Your task is to find every line in the records that holds the string "BuildSketch" and copy it.

*** EXERCISE DATA Section Begins ***

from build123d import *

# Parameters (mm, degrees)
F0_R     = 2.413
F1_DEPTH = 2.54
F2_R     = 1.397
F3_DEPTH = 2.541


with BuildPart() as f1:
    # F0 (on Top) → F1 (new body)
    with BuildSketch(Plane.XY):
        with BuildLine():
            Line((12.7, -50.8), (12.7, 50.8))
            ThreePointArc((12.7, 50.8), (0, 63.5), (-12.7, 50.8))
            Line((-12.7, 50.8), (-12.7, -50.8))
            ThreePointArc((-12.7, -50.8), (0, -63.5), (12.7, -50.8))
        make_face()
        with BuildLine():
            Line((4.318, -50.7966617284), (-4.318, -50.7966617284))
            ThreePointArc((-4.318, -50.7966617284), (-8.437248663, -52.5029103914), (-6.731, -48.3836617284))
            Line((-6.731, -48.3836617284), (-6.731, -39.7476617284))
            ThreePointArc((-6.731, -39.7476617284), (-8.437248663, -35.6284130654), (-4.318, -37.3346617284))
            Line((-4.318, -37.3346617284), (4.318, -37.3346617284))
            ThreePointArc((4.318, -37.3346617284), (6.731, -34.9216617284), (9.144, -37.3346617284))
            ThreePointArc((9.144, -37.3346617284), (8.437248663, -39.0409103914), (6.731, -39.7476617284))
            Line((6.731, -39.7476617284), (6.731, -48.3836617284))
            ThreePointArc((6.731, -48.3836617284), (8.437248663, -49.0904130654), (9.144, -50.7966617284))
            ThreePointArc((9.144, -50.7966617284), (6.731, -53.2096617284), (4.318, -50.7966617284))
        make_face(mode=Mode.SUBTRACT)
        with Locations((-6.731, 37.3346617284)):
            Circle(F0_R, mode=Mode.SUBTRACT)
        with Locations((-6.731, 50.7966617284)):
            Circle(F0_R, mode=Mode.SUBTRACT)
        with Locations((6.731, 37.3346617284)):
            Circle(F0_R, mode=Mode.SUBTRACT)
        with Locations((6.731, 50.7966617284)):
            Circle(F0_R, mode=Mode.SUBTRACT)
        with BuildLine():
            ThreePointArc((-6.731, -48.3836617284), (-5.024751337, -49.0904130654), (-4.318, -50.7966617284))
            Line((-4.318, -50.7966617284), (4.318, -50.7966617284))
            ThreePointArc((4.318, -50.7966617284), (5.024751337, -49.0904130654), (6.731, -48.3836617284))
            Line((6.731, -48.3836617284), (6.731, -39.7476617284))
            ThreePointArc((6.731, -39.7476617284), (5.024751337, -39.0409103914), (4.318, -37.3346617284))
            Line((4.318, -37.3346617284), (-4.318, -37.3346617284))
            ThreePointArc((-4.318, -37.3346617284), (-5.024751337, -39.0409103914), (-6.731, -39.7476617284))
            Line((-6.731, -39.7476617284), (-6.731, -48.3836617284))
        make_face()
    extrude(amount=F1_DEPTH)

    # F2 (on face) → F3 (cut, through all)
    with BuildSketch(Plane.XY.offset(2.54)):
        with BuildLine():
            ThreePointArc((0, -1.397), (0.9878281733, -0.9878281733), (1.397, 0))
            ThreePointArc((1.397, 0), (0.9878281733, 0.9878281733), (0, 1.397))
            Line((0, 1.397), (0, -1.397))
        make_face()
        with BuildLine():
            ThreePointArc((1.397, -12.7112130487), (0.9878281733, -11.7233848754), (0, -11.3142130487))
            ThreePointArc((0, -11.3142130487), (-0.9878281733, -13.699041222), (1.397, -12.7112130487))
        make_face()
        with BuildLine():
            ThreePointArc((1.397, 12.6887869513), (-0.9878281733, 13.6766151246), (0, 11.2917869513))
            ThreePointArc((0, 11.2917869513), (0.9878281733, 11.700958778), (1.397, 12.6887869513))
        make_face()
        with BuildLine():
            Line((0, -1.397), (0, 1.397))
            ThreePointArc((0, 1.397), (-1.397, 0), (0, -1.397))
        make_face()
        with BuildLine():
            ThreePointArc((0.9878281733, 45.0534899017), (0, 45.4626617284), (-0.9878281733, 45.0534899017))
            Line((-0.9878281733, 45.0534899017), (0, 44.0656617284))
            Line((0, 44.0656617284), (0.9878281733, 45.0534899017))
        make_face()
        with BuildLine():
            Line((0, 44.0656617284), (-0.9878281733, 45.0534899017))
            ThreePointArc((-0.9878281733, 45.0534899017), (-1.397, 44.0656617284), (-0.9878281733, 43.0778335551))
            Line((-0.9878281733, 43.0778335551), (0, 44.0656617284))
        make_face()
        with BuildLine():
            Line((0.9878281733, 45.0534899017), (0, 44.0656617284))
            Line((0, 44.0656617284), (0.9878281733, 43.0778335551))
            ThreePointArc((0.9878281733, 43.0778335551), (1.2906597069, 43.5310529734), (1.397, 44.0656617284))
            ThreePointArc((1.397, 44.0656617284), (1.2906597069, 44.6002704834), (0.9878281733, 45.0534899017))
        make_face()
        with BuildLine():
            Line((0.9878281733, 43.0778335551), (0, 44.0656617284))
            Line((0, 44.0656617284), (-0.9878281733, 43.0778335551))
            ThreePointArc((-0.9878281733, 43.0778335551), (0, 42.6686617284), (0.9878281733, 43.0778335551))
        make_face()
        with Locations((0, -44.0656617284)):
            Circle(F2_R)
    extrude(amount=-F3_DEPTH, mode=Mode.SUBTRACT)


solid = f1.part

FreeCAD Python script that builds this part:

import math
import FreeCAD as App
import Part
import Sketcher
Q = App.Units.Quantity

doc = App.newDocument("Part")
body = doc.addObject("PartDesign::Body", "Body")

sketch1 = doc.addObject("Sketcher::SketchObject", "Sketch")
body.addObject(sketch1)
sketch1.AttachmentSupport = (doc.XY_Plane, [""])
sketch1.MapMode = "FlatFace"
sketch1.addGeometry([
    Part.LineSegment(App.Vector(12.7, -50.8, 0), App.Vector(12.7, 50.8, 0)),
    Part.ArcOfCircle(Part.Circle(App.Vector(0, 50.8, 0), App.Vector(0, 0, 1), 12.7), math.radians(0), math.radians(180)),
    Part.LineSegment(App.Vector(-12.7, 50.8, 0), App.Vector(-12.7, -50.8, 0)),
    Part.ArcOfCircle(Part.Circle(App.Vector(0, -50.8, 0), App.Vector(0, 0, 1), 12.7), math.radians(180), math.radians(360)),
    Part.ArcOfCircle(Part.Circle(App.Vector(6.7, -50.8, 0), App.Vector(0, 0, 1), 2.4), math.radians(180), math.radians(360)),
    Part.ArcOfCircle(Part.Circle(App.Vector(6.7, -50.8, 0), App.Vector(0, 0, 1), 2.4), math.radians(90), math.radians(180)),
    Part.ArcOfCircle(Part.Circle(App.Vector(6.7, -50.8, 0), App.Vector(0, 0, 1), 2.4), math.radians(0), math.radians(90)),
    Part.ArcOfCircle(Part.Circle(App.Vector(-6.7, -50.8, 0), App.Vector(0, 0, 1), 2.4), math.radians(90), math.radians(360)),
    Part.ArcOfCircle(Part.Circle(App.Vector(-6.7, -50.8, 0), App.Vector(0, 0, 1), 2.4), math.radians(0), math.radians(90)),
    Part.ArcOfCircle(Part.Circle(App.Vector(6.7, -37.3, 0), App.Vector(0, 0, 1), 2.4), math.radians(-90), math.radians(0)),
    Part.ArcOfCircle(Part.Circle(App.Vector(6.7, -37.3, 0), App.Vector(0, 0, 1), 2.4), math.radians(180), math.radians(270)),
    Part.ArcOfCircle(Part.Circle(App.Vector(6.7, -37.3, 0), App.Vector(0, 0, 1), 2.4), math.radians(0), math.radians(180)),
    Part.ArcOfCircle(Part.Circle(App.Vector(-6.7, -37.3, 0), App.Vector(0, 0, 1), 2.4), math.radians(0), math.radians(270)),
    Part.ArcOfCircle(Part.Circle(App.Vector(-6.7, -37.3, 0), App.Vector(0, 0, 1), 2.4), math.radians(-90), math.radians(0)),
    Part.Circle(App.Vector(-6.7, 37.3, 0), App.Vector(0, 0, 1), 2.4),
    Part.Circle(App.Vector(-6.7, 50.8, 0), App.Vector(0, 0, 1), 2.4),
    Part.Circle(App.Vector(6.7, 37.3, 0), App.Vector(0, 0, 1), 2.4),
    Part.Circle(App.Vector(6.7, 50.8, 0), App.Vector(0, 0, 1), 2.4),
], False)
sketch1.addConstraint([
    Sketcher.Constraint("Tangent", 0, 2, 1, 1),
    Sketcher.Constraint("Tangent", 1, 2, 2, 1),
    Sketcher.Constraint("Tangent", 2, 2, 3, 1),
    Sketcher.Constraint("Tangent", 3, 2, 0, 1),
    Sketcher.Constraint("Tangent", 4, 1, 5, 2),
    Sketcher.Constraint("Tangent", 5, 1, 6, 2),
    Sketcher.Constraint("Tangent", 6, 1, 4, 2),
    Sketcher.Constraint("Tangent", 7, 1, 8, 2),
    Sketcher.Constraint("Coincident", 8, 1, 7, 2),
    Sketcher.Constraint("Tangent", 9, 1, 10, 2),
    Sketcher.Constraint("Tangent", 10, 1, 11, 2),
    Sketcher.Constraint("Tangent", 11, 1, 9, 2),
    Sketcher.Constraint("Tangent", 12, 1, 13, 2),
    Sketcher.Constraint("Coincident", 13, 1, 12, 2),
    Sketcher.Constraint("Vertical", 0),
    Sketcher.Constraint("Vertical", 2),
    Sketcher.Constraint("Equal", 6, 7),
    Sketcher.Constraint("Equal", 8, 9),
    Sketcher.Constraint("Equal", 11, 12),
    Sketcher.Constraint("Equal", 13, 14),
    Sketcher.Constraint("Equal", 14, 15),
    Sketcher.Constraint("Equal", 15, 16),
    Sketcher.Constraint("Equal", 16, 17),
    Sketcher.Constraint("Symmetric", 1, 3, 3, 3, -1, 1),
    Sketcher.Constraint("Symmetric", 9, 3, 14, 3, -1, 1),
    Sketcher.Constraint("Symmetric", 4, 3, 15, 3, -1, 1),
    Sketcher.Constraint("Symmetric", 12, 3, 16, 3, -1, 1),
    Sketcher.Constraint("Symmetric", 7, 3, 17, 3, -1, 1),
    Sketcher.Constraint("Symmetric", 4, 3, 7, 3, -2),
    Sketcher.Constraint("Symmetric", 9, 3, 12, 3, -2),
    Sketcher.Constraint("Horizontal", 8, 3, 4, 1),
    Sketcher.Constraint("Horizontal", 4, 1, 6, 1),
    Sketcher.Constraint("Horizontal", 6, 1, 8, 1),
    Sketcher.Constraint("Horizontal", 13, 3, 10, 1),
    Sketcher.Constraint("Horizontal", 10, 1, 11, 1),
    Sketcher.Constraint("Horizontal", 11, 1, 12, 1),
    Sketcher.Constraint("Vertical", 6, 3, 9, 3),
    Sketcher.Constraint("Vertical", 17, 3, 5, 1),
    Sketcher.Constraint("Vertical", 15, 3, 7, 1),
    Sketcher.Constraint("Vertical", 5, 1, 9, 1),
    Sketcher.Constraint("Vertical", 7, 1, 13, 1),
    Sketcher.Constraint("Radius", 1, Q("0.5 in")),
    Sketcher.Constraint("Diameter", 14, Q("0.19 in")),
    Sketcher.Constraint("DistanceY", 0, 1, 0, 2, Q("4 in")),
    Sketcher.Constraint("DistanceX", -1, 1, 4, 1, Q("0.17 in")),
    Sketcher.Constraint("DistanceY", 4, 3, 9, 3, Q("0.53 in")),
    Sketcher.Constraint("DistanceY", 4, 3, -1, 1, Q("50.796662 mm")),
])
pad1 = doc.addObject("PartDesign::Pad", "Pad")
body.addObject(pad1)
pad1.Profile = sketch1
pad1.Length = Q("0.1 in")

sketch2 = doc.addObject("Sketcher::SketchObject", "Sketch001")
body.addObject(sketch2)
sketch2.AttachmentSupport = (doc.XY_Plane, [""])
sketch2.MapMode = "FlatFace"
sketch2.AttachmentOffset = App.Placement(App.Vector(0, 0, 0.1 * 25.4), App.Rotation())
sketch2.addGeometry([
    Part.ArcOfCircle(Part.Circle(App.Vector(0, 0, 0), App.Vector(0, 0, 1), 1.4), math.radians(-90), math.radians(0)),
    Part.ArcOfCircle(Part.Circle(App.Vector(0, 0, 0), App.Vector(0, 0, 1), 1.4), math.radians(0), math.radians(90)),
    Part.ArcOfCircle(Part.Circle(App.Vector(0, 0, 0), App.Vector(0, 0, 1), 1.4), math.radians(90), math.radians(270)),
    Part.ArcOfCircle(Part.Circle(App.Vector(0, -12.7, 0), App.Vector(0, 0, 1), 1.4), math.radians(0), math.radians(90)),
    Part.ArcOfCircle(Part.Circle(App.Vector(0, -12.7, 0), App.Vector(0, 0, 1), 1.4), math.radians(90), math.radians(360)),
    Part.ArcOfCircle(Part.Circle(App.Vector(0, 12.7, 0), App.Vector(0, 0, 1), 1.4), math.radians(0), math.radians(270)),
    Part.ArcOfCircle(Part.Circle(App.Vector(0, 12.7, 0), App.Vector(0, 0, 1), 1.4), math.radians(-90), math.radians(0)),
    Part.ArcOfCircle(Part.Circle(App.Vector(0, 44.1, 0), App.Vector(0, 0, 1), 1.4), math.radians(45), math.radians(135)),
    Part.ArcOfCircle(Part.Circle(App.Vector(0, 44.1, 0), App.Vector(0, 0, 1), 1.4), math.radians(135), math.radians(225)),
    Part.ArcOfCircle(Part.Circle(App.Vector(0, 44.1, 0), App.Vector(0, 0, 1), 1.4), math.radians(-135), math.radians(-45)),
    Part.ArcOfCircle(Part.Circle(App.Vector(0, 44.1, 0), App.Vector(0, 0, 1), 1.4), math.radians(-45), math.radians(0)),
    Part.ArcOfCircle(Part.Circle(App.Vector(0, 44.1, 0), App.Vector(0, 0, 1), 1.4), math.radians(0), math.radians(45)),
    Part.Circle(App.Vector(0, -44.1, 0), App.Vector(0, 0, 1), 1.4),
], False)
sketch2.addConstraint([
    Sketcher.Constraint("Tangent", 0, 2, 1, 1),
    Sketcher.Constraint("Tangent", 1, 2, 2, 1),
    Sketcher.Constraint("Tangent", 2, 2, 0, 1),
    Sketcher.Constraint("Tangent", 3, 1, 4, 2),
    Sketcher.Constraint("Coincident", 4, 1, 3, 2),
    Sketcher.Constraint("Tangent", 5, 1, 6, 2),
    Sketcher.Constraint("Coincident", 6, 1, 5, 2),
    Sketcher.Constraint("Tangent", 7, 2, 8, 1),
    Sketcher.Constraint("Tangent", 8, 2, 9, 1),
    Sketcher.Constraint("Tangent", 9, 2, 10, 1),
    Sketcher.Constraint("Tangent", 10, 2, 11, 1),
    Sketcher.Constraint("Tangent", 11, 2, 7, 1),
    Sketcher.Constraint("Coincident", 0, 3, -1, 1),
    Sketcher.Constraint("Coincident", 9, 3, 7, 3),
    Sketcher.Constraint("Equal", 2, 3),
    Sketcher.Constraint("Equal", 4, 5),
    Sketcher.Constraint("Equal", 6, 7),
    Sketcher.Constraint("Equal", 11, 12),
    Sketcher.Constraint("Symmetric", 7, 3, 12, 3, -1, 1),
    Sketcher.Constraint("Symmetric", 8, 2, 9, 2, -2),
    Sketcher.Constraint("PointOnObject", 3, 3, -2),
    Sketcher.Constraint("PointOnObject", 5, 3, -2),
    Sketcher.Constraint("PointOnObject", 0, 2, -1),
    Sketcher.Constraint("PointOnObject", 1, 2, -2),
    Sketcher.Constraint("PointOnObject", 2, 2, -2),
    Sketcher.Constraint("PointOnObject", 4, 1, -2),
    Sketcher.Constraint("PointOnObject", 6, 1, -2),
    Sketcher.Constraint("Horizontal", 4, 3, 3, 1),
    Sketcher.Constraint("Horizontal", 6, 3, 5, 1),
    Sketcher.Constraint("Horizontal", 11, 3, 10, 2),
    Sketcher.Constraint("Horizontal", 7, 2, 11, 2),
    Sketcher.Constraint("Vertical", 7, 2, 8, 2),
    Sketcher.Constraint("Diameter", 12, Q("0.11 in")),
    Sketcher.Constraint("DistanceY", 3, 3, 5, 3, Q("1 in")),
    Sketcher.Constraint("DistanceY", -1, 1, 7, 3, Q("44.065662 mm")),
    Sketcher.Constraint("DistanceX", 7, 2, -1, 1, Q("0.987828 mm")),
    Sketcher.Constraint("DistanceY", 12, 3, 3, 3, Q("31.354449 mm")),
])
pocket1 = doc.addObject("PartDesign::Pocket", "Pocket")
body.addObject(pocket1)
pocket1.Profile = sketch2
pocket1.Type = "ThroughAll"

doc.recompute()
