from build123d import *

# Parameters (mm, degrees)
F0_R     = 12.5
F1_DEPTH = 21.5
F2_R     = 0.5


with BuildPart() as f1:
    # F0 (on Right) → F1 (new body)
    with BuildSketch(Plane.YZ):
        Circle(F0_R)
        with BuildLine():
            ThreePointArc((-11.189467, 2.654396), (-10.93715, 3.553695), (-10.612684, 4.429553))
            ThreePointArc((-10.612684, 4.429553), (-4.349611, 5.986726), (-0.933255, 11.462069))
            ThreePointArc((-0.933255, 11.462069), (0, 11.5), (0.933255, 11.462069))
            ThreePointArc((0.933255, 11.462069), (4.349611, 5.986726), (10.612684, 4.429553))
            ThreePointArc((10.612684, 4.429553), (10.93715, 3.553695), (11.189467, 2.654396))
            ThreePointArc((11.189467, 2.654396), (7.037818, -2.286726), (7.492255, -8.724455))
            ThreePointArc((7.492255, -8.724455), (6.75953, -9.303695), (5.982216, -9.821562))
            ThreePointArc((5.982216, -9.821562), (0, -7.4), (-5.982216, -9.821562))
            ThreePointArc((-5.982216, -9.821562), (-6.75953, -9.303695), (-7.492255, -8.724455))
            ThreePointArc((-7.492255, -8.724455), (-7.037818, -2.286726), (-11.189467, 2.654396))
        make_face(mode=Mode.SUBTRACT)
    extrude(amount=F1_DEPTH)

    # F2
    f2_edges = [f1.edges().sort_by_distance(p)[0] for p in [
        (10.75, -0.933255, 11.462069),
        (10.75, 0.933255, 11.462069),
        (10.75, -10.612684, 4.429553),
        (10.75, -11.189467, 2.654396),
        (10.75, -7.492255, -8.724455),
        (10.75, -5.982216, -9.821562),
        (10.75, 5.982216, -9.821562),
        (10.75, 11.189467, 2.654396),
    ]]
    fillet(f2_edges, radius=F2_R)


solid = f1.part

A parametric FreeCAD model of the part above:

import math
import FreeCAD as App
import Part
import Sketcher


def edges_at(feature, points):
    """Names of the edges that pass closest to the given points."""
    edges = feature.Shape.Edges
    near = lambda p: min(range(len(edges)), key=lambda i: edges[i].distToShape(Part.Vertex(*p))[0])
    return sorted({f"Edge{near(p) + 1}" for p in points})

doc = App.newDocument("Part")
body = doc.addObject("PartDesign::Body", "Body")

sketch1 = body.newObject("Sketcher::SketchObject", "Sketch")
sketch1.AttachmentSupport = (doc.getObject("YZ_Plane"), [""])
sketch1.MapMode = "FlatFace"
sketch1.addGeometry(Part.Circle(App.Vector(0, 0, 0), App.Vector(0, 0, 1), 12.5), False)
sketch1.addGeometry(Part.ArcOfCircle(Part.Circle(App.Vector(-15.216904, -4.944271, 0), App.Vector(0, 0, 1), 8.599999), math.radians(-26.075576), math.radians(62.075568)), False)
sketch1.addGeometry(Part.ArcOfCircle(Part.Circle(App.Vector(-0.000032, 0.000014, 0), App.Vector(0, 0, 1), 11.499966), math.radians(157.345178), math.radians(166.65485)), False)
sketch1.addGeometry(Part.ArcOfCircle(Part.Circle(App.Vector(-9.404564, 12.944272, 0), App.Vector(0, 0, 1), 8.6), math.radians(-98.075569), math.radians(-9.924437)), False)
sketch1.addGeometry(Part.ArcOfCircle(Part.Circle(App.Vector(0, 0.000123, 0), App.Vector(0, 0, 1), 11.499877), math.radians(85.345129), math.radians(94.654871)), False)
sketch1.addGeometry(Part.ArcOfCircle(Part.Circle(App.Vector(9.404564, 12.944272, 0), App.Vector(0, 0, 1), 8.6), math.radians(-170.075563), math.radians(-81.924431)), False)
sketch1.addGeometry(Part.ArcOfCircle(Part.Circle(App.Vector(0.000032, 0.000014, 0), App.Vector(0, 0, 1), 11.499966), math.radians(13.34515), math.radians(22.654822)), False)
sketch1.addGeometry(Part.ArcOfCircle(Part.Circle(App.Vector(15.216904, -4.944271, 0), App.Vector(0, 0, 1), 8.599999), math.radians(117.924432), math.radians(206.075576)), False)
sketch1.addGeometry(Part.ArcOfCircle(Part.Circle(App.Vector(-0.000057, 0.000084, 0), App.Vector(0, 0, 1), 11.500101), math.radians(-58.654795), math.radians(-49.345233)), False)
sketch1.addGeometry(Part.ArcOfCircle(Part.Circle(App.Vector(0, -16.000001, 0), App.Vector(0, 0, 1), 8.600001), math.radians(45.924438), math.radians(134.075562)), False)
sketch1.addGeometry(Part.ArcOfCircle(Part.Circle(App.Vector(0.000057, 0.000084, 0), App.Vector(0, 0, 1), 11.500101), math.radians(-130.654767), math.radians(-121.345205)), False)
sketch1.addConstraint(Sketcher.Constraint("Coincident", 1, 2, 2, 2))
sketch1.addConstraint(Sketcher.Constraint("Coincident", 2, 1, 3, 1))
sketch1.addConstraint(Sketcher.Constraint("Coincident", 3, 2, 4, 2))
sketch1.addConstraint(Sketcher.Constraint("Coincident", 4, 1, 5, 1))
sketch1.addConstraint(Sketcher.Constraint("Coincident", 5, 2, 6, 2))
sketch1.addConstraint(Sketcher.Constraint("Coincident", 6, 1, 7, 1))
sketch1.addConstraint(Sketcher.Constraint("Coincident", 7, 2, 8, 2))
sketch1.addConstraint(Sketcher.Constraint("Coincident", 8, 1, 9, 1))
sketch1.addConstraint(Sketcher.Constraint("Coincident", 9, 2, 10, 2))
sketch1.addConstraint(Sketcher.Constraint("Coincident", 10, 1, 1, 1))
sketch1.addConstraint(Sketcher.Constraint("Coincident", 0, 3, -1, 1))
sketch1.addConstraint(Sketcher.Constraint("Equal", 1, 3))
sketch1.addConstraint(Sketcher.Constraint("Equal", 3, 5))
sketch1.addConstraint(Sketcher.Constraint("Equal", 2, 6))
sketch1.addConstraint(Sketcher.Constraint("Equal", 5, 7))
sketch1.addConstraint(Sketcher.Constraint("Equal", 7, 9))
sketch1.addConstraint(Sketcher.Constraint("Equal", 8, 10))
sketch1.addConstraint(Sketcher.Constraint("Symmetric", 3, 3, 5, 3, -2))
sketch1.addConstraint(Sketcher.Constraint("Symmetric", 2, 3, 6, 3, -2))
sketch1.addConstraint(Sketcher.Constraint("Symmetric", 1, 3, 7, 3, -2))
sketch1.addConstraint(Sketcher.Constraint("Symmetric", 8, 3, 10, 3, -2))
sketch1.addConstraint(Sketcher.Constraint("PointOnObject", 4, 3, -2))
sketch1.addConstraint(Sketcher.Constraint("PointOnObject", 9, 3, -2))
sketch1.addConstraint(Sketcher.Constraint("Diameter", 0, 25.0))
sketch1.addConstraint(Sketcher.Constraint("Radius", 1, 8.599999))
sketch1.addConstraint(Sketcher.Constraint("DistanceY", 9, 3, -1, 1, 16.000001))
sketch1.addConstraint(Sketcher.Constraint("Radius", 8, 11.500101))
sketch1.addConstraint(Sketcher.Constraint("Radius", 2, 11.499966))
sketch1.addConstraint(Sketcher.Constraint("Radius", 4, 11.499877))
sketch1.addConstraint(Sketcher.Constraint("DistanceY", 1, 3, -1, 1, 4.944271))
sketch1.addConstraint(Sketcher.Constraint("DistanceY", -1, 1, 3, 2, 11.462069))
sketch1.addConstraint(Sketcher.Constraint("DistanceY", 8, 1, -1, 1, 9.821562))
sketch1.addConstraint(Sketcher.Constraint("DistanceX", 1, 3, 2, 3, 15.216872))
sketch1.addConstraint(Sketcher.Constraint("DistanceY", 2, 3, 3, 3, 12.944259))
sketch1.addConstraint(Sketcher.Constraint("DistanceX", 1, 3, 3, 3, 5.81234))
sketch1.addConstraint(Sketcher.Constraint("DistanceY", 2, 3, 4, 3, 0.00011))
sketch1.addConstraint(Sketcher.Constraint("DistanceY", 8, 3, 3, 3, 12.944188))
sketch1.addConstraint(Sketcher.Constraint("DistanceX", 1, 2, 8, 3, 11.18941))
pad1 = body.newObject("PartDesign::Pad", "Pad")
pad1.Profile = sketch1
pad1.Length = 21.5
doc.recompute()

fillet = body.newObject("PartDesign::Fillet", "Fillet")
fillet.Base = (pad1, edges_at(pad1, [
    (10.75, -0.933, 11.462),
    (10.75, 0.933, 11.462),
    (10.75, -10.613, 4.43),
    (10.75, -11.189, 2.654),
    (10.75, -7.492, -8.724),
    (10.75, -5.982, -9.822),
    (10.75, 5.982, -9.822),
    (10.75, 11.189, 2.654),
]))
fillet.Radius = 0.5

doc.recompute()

*** EXERCISE DATA Section Ends ***

*TASK ANSWER*:
    with BuildSketch(Plane.XY):
    with BuildSketch(Plane.XY.offset(2.54)):
    with BuildSketch(Plane.YZ):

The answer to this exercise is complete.